Outre l'augmentation du tarif de base, les généralistes pourraient bénéficier d'une rémunération de 60 euros pour les consultations longues destinées aux patients très âgés, une mesure jugée positive par MG France bien que l'entrée en vigueur soit jugée tardive et les conditions restrictives. De plus, à partir de 2026, une révision de la rémunération forfaitaire est prévue, visant à mieux récompenser la prise en charge globale des patients, particulièrement les plus fragiles, plutôt que d'encourager l'enchaînement des consultations.

Les spécialistes, après des tensions et un retrait temporaire des négociations, ont également obtenu des concessions. La Sécurité sociale a accepté de revoir la grille de rémunération des actes techniques, inchangée depuis les années 1990, et de faciliter la facturation des dépassements d'honoraires. À partir de décembre, les avis médicaux rendus par des spécialistes à la demande d'un confrère seront mieux rémunérés, passant de 56,50 à 60 euros. Cependant, ce point a provoqué des frictions, les généralistes craignant d'être contournés par les spécialistes qui souhaitent référer directement des patients à leurs confrères.

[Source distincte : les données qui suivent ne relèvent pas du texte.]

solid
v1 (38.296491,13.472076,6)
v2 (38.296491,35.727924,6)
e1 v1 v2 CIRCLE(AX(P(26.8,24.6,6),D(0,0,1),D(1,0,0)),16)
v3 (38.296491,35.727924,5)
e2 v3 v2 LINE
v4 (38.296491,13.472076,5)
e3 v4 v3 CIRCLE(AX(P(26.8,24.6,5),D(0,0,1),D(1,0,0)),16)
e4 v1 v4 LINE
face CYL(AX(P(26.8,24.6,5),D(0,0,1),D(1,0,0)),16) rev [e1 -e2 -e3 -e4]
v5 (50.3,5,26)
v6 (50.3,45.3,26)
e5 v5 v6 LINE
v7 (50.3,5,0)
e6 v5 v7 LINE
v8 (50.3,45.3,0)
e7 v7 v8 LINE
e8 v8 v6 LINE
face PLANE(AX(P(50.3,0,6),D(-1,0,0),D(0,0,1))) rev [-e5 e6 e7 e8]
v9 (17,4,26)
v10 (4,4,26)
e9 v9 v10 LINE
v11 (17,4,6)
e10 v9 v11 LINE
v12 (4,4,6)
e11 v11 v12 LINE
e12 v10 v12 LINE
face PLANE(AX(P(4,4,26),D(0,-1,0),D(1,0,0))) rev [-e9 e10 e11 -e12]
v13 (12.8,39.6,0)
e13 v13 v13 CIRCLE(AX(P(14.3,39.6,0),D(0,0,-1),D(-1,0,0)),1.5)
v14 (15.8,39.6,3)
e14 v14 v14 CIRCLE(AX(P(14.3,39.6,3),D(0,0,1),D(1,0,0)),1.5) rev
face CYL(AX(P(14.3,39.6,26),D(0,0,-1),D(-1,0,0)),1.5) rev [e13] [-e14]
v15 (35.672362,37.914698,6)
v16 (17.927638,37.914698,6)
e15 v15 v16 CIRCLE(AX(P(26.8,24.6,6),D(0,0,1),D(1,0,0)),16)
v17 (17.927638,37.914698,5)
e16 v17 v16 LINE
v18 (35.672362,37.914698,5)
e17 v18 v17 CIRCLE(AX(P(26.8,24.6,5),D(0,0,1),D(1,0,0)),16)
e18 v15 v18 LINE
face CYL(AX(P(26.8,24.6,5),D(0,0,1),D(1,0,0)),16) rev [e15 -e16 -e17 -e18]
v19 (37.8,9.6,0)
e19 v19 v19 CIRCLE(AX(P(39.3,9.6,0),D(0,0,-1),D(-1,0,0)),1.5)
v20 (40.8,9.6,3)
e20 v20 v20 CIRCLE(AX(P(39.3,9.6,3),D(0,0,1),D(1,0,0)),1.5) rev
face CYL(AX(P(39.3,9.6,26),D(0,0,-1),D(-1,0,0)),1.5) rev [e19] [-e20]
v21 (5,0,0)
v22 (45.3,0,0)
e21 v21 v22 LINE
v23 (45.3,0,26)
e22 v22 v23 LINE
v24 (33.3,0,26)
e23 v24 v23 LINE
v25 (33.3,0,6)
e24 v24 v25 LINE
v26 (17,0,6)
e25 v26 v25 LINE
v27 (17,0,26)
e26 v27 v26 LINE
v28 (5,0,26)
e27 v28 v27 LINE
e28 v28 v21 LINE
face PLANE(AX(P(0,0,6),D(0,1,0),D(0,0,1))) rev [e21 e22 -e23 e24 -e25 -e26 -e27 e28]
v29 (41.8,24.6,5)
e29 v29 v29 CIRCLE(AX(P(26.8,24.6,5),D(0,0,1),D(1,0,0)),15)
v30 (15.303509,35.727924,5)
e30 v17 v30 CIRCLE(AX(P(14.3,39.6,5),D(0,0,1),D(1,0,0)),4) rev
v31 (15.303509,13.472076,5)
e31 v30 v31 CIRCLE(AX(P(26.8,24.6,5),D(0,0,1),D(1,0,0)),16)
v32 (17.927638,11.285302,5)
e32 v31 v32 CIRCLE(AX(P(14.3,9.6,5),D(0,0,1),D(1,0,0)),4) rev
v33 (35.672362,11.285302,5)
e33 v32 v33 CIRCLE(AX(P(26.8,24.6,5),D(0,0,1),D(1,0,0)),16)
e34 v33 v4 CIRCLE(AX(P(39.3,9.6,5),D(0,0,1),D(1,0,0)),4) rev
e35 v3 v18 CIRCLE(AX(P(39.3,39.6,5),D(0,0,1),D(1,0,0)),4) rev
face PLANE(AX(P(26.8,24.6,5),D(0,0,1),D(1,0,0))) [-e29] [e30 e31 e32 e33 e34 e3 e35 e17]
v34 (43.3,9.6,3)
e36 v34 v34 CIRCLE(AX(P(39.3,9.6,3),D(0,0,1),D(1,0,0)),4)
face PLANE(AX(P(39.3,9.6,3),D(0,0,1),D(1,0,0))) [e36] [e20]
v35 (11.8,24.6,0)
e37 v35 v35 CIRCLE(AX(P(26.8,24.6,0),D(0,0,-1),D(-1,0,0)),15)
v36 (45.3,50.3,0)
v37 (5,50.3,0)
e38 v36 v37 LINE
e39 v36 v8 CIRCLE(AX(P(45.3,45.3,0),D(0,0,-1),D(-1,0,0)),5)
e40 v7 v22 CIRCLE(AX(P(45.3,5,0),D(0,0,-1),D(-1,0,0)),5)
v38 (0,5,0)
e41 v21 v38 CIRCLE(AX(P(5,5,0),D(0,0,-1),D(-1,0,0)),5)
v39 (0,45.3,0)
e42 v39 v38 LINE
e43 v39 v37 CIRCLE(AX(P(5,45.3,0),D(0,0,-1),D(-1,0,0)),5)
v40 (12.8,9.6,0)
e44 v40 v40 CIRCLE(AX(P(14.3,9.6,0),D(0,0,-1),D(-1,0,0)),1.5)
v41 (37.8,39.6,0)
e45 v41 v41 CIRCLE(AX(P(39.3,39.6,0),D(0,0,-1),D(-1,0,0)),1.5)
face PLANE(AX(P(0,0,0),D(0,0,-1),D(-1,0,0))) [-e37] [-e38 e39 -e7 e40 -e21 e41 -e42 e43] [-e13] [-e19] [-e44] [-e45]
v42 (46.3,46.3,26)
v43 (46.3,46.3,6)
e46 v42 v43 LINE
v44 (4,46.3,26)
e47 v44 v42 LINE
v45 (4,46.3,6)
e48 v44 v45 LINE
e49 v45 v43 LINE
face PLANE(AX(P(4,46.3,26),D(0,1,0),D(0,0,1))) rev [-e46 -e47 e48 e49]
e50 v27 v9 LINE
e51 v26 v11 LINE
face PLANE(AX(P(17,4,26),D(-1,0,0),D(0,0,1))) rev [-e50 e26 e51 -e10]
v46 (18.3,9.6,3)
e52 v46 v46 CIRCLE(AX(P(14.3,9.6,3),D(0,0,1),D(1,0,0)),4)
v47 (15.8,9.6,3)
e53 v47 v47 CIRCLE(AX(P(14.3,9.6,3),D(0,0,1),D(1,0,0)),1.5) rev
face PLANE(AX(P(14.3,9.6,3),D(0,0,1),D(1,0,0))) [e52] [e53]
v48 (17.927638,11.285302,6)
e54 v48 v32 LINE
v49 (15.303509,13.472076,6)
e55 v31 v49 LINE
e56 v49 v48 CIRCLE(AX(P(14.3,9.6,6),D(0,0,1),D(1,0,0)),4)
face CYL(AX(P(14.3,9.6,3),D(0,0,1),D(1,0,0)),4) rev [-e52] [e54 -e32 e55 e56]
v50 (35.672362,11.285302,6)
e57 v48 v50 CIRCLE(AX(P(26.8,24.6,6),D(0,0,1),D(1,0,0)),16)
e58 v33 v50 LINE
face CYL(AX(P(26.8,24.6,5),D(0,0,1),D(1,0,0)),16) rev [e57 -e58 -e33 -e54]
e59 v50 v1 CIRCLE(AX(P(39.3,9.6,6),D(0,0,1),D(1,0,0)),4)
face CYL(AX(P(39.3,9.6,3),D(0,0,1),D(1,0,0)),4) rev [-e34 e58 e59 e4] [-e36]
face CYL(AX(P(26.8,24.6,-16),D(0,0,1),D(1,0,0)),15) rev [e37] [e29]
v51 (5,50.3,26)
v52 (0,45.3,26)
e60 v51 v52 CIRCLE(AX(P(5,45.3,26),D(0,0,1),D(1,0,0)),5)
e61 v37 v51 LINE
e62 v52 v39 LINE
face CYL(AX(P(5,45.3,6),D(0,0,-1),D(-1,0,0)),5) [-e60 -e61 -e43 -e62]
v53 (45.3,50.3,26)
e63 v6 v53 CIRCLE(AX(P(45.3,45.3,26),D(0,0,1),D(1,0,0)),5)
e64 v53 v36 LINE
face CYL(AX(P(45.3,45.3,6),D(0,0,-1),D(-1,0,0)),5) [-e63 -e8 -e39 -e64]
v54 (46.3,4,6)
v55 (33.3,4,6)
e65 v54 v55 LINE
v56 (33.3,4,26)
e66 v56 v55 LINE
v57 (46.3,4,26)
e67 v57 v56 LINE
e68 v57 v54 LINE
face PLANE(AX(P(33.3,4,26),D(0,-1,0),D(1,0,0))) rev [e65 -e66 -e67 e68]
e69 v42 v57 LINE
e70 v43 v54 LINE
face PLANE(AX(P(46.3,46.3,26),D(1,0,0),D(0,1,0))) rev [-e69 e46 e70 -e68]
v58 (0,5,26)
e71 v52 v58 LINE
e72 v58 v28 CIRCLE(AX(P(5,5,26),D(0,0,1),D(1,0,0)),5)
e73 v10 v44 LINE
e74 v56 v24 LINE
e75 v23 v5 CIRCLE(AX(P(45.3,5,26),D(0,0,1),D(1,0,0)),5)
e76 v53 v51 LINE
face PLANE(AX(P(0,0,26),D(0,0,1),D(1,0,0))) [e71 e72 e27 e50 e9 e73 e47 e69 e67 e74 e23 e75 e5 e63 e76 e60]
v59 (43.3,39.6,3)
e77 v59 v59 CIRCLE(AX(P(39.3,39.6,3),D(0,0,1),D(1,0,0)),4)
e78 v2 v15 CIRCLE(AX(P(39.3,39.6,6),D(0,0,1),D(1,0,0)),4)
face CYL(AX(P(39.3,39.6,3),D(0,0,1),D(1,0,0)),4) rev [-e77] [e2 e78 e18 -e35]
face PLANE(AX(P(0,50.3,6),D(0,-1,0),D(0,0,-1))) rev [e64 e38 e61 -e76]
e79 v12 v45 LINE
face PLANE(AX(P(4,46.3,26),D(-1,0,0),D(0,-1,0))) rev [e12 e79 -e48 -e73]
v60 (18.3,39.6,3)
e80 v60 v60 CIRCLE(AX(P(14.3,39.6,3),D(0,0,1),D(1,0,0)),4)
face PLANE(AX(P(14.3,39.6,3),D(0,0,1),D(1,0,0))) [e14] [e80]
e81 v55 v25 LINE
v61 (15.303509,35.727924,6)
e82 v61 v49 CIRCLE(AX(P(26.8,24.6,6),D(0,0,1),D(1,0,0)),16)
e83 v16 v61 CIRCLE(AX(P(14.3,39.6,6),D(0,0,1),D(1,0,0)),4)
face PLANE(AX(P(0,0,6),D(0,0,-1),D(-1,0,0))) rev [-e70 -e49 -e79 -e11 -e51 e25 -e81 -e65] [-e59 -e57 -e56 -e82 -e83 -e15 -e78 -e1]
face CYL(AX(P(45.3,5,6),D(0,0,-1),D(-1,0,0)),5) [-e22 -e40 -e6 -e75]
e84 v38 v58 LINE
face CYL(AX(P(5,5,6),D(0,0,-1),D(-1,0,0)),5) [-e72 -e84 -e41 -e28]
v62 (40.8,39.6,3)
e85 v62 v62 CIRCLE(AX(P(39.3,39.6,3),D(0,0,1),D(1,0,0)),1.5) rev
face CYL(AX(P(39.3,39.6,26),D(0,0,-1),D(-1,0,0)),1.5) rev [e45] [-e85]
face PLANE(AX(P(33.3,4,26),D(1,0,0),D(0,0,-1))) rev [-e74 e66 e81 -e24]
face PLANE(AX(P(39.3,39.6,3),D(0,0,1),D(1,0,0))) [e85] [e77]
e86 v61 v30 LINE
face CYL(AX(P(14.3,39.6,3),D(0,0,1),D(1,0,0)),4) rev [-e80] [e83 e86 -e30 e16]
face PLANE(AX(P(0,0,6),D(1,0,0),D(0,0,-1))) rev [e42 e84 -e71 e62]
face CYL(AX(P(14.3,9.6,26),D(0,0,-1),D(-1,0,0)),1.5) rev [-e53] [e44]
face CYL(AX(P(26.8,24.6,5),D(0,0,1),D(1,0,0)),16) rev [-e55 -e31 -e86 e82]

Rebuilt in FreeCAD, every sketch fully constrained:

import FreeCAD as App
import Part
import Sketcher

V = App.Vector
Q = App.Units.Quantity


def edges_at(feature, points):
    """Names of the edges that pass closest to the given points."""
    edges = feature.Shape.Edges
    near = lambda p: min(range(len(edges)), key=lambda i: edges[i].distToShape(Part.Vertex(*p))[0])
    return sorted({f"Edge{near(p) + 1}" for p in points})

doc = App.newDocument("Part")
body = doc.addObject("PartDesign::Body", "Body")

# Sketch on XY plane
sketch1 = body.newObject("Sketcher::SketchObject", "Sketch")
sketch1.AttachmentSupport = (doc.getObject("XY_Plane"), [""])
sketch1.MapMode = "FlatFace"
sketch1.addGeometry([
    Part.LineSegment(V(0, 50, 0), V(0, 0, 0)),
    Part.LineSegment(V(0, 0, 0), V(50, 0, 0)),
    Part.LineSegment(V(50, 0, 0), V(50, 50, 0)),
    Part.LineSegment(V(50, 50, 0), V(0, 50, 0)),
], False)
sketch1.addConstraint([
    Sketcher.Constraint("Coincident", 0, 2, 1, 1),
    Sketcher.Constraint("Coincident", 1, 2, 2, 1),
    Sketcher.Constraint("Coincident", 2, 2, 3, 1),
    Sketcher.Constraint("Coincident", 3, 2, 0, 1),
    Sketcher.Constraint("Vertical", 0),
    Sketcher.Constraint("Horizontal", 1),
    Sketcher.Constraint("Vertical", 2),
    Sketcher.Constraint("Horizontal", 3),
    Sketcher.Constraint("Coincident", 0, 2, -1, 1),
    Sketcher.Constraint("Equal", 3, 0),
    Sketcher.Constraint("DistanceX", 1, 1, 1, 2, Q("50.3 mm")),
])
pad1 = body.newObject("PartDesign::Pad", "Pad")
pad1.Profile = sketch1
pad1.Length = 6

# Sketch on XY plane
sketch2 = body.newObject("Sketcher::SketchObject", "Sketch001")
sketch2.AttachmentSupport = (doc.getObject("XY_Plane"), [""])
sketch2.MapMode = "FlatFace"
sketch2.AttachmentOffset = App.Placement(V(0, 0, 6), App.Rotation())
sketch2.addGeometry([
    Part.LineSegment(V(4, 46.3, 0), V(46.3, 46.3, 0)),  # 0
    Part.LineSegment(V(46.3, 46.3, 0), V(46.3, 4, 0)),  # 1
    Part.LineSegment(V(46.3, 4, 0), V(33.3, 4, 0)),  # 2
    Part.LineSegment(V(33.3, 4, 0), V(33.3, 0, 0)),  # 3
    Part.LineSegment(V(33.3, 0, 0), V(50.3, 0, 0)),  # 4
    Part.LineSegment(V(50.3, 0, 0), V(50.3, 50.3, 0)),  # 5
    Part.LineSegment(V(50.3, 50.3, 0), V(0, 50.3, 0)),  # 6
    Part.LineSegment(V(0, 50.3, 0), V(0, 0, 0)),  # 7
    Part.LineSegment(V(0, 0, 0), V(17, 0, 0)),  # 8
    Part.LineSegment(V(17, 0, 0), V(17, 4, 0)),  # 9
    Part.LineSegment(V(17, 4, 0), V(4, 4, 0)),  # 10
    Part.LineSegment(V(4, 4, 0), V(4, 46.3, 0)),  # 11
], False)
sketch2.addConstraint([
    Sketcher.Constraint("Coincident", 0, 2, 1, 1),
    Sketcher.Constraint("Coincident", 1, 2, 2, 1),
    Sketcher.Constraint("Coincident", 2, 2, 3, 1),
    Sketcher.Constraint("Coincident", 3, 2, 4, 1),
    Sketcher.Constraint("Coincident", 4, 2, 5, 1),
    Sketcher.Constraint("Coincident", 5, 2, 6, 1),
    Sketcher.Constraint("Coincident", 6, 2, 7, 1),
    Sketcher.Constraint("Coincident", 7, 2, 8, 1),
    Sketcher.Constraint("Coincident", 8, 2, 9, 1),
    Sketcher.Constraint("Coincident", 9, 2, 10, 1),
    Sketcher.Constraint("Coincident", 10, 2, 11, 1),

Un accord attendu de longue date

Cet accord potentiel, longuement attendu, pourrait apaiser les relations tendues entre les médecins et le gouvernement. Les syndicats ont multiplié les grèves et les manifestations ces derniers mois pour dénoncer leurs conditions de travail. Le gouvernement, de son côté, voit dans cet accord une réponse aux préoccupations concernant les déserts médicaux et un moyen de maîtriser les dépenses de santé qui ne cessent d'augmenter.

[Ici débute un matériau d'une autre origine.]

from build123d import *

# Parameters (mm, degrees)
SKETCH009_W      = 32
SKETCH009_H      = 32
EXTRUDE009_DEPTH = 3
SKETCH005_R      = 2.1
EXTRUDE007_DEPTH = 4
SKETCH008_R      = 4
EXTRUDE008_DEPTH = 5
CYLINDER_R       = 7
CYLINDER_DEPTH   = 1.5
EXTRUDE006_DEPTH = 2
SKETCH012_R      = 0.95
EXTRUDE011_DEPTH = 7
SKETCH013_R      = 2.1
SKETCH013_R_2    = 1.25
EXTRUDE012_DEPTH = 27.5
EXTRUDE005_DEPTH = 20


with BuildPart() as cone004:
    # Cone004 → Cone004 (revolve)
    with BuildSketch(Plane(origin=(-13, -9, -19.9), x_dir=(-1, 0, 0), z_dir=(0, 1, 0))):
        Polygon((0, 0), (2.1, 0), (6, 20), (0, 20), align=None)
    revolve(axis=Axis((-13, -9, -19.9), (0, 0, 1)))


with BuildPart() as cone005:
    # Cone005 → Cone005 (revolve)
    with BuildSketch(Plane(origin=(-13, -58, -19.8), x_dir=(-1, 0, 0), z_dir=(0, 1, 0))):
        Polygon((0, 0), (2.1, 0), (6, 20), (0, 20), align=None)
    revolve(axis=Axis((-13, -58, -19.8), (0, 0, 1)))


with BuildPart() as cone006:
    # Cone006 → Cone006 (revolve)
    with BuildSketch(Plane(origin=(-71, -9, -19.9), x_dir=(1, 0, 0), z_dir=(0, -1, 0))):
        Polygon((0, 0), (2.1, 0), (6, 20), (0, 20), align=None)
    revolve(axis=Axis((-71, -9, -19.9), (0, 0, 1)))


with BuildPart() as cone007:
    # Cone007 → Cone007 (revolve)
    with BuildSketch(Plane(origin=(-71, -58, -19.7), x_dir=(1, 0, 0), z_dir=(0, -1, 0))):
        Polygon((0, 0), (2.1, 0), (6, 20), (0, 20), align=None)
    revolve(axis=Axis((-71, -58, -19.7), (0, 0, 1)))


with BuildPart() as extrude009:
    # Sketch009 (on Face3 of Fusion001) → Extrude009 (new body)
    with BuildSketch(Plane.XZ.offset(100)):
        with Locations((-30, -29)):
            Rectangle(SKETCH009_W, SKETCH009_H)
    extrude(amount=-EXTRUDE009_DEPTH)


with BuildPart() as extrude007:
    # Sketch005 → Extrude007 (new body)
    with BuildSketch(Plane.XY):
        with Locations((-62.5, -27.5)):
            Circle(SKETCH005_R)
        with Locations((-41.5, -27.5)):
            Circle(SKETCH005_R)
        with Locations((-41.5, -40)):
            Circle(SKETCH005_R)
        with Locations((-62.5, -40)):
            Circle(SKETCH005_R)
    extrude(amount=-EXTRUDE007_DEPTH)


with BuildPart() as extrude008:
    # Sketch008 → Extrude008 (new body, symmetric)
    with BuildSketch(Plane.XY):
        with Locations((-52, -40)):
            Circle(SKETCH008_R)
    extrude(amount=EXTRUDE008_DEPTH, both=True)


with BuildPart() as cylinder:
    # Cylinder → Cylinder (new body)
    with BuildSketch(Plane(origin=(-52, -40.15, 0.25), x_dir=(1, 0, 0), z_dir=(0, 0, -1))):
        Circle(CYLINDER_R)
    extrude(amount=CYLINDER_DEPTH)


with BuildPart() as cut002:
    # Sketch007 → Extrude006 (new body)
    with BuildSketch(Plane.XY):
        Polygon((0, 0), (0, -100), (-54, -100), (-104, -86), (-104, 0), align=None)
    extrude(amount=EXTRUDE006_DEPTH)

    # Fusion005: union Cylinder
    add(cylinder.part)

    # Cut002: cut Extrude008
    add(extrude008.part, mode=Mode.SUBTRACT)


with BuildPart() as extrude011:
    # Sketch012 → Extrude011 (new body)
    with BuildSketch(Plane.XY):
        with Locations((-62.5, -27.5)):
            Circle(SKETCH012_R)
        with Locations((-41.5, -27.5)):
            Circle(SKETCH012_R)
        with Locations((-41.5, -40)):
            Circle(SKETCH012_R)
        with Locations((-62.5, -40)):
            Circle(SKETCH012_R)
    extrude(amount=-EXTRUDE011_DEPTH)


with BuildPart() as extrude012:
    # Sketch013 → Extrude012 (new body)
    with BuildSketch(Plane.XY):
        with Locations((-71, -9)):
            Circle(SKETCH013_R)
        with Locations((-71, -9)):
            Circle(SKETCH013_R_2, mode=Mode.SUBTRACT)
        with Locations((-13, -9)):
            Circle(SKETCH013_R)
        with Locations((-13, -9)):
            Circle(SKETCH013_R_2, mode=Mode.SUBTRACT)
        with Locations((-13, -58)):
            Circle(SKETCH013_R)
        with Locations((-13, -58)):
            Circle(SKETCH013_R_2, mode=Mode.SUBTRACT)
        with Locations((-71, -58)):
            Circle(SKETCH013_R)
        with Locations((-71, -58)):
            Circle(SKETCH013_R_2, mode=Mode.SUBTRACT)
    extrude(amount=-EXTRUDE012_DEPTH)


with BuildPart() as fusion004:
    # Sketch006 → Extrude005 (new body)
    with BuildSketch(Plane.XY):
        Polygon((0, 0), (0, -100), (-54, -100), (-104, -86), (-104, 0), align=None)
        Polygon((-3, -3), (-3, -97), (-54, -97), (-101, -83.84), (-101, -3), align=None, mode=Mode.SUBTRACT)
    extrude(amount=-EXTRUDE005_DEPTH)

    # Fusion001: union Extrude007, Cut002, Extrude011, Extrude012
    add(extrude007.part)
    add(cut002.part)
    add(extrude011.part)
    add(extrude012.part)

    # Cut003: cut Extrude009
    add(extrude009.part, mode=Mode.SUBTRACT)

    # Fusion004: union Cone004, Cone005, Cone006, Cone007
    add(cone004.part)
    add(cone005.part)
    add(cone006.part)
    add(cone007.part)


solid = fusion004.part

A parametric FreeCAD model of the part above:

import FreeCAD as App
import Part
import Sketcher
Q = App.Units.Quantity


def add_polygon(sketch, points):
    """Adds a closed chain of lines whose ends are joined by coincident constraints."""
    first, n = sketch.GeometryCount, len(points)
    for a, b in zip(points, points[1:] + points[:1]):
        sketch.addGeometry(Part.LineSegment(App.Vector(*a, 0), App.Vector(*b, 0)), False)
    for i in range(n):
        sketch.addConstraint(Sketcher.Constraint("Coincident", first + i, 2, first + (i + 1) % n, 1))

doc = App.newDocument("Part")
params = doc.addObject("Spreadsheet::Sheet", "Params")
for row, (alias, value) in enumerate([
    ("sketch1_width", "6 mm"),
    ("sketch1_height", "20 mm"),
    ("sketch1_width2", "2.1 mm"),
    ("revolution_angle", "360 deg"),
    ("sketch2_width", "6 mm"),
    ("sketch2_height", "20 mm"),
    ("sketch2_width2", "2.1 mm"),
    ("revolution2_angle", "360 deg"),
    ("sketch3_width", "6 mm"),
    ("sketch3_height", "20 mm"),
    ("sketch3_width2", "2.1 mm"),
    ("revolution3_angle", "360 deg"),
    ("sketch4_width", "6 mm"),
    ("sketch4_height", "20 mm"),
    ("sketch4_width2", "2.1 mm"),
    ("revolution4_angle", "360 deg"),
    ("sketch5_width", "32 mm"),
    ("pad1_length", "3 mm"),
    ("sketch6_diameter", "4.2 mm"),
    ("pad2_length", "4 mm"),
    ("sketch7_diameter", "8 mm"),
    ("pad3_length", "10 mm"),
    ("sketch8_diameter", "14 mm"),
    ("pad4_length", "1.5 mm"),
    ("sketch9_width", "104 mm"),
    ("sketch9_width2", "54 mm"),
    ("sketch9_height", "100 mm"),
    ("sketch9_height2", "86 mm"),
    ("pad5_length", "2 mm"),
    ("sketch10_diameter", "1.9 mm"),
    ("pad6_length", "7 mm"),
    ("sketch11_diameter", "4.2 mm"),
    ("sketch11_diameter2", "2.5 mm"),
    ("pad7_length", "27.5 mm"),
    ("sketch12_width", "104 mm"),
    ("sketch12_width2", "54 mm"),
    ("sketch12_width3", "51 mm"),
    ("sketch12_width4", "98 mm"),
    ("sketch12_height", "100 mm"),
    ("pad8_length", "20 mm"),
], start=1):
    params.set(f"A{row}", alias)
    params.set(f"B{row}", "=" + value)
    params.setAlias(f"B{row}", alias)

body = doc.addObject("PartDesign::Body", "Body")

sketch1 = doc.addObject("Sketcher::SketchObject", "Sketch")
body.addObject(sketch1)
sketch1.AttachmentSupport = (doc.XZ_Plane, [""])
sketch1.MapMode = "FlatFace"
sketch1.AttachmentOffset = App.Placement(App.Vector(0, 0, 9), App.Rotation())
add_polygon(sketch1, [(-13, -19.9), (-15.1, -19.9), (-19, 0.1), (-13, 0.1)])
sketch1.addGeometry(Part.LineSegment(App.Vector(-13, -19.9, 0), App.Vector(-13, 0.1, 0)), True)
sketch1.addConstraint(Sketcher.Constraint("Horizontal", 0))
sketch1.addConstraint(Sketcher.Constraint("Horizontal", 2))
sketch1.addConstraint(Sketcher.Constraint("Vertical", 3))
sketch1.addConstraint(Sketcher.Constraint("Vertical", 4))
sketch1.addConstraint(Sketcher.Constraint("Coincident", 4, 1, 3, 2))
sketch1.addConstraint(Sketcher.Constraint("Horizontal", 1, 2, 4, 2))
sketch1.addConstraint(Sketcher.Constraint("DistanceX", 2, 1, 2, 2, Q("6 mm")))
sketch1.addConstraint(Sketcher.Constraint("DistanceY", 3, 2, 3, 1, Q("20 mm")))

La précédente convention entre la Sécurité sociale et les médecins libéraux, en vigueur depuis 2016, devait s'appliquer jusqu'en 2021. Les tentatives de renégociation en 2022 avaient échoué face au refus des médecins de s'engager dans une logique de « donnant-donnant » imposée par le gouvernement. Les discussions ont repris en novembre dernier, dans un climat plus apaisé, aboutissant à ce compromis qui exige un engagement collectif des médecins pour améliorer la pertinence des prescriptions, notamment pour limiter l'usage des antibiotiques.

Toutefois, des incertitudes demeurent quant à l'impact de cet accord sur la relation entre l'exécutif et les médecins, déjà éprouvée par la valse des ministres de la Santé. Les spécialistes, solidaires des cliniques privées qui ont annoncé une grève totale le 3 juin, restent vigilants face à la répartition des moyens entre le secteur public et privé. Le gouvernement devra encore convaincre pour éviter une crise dans les hôpitaux à la veille des élections européennes.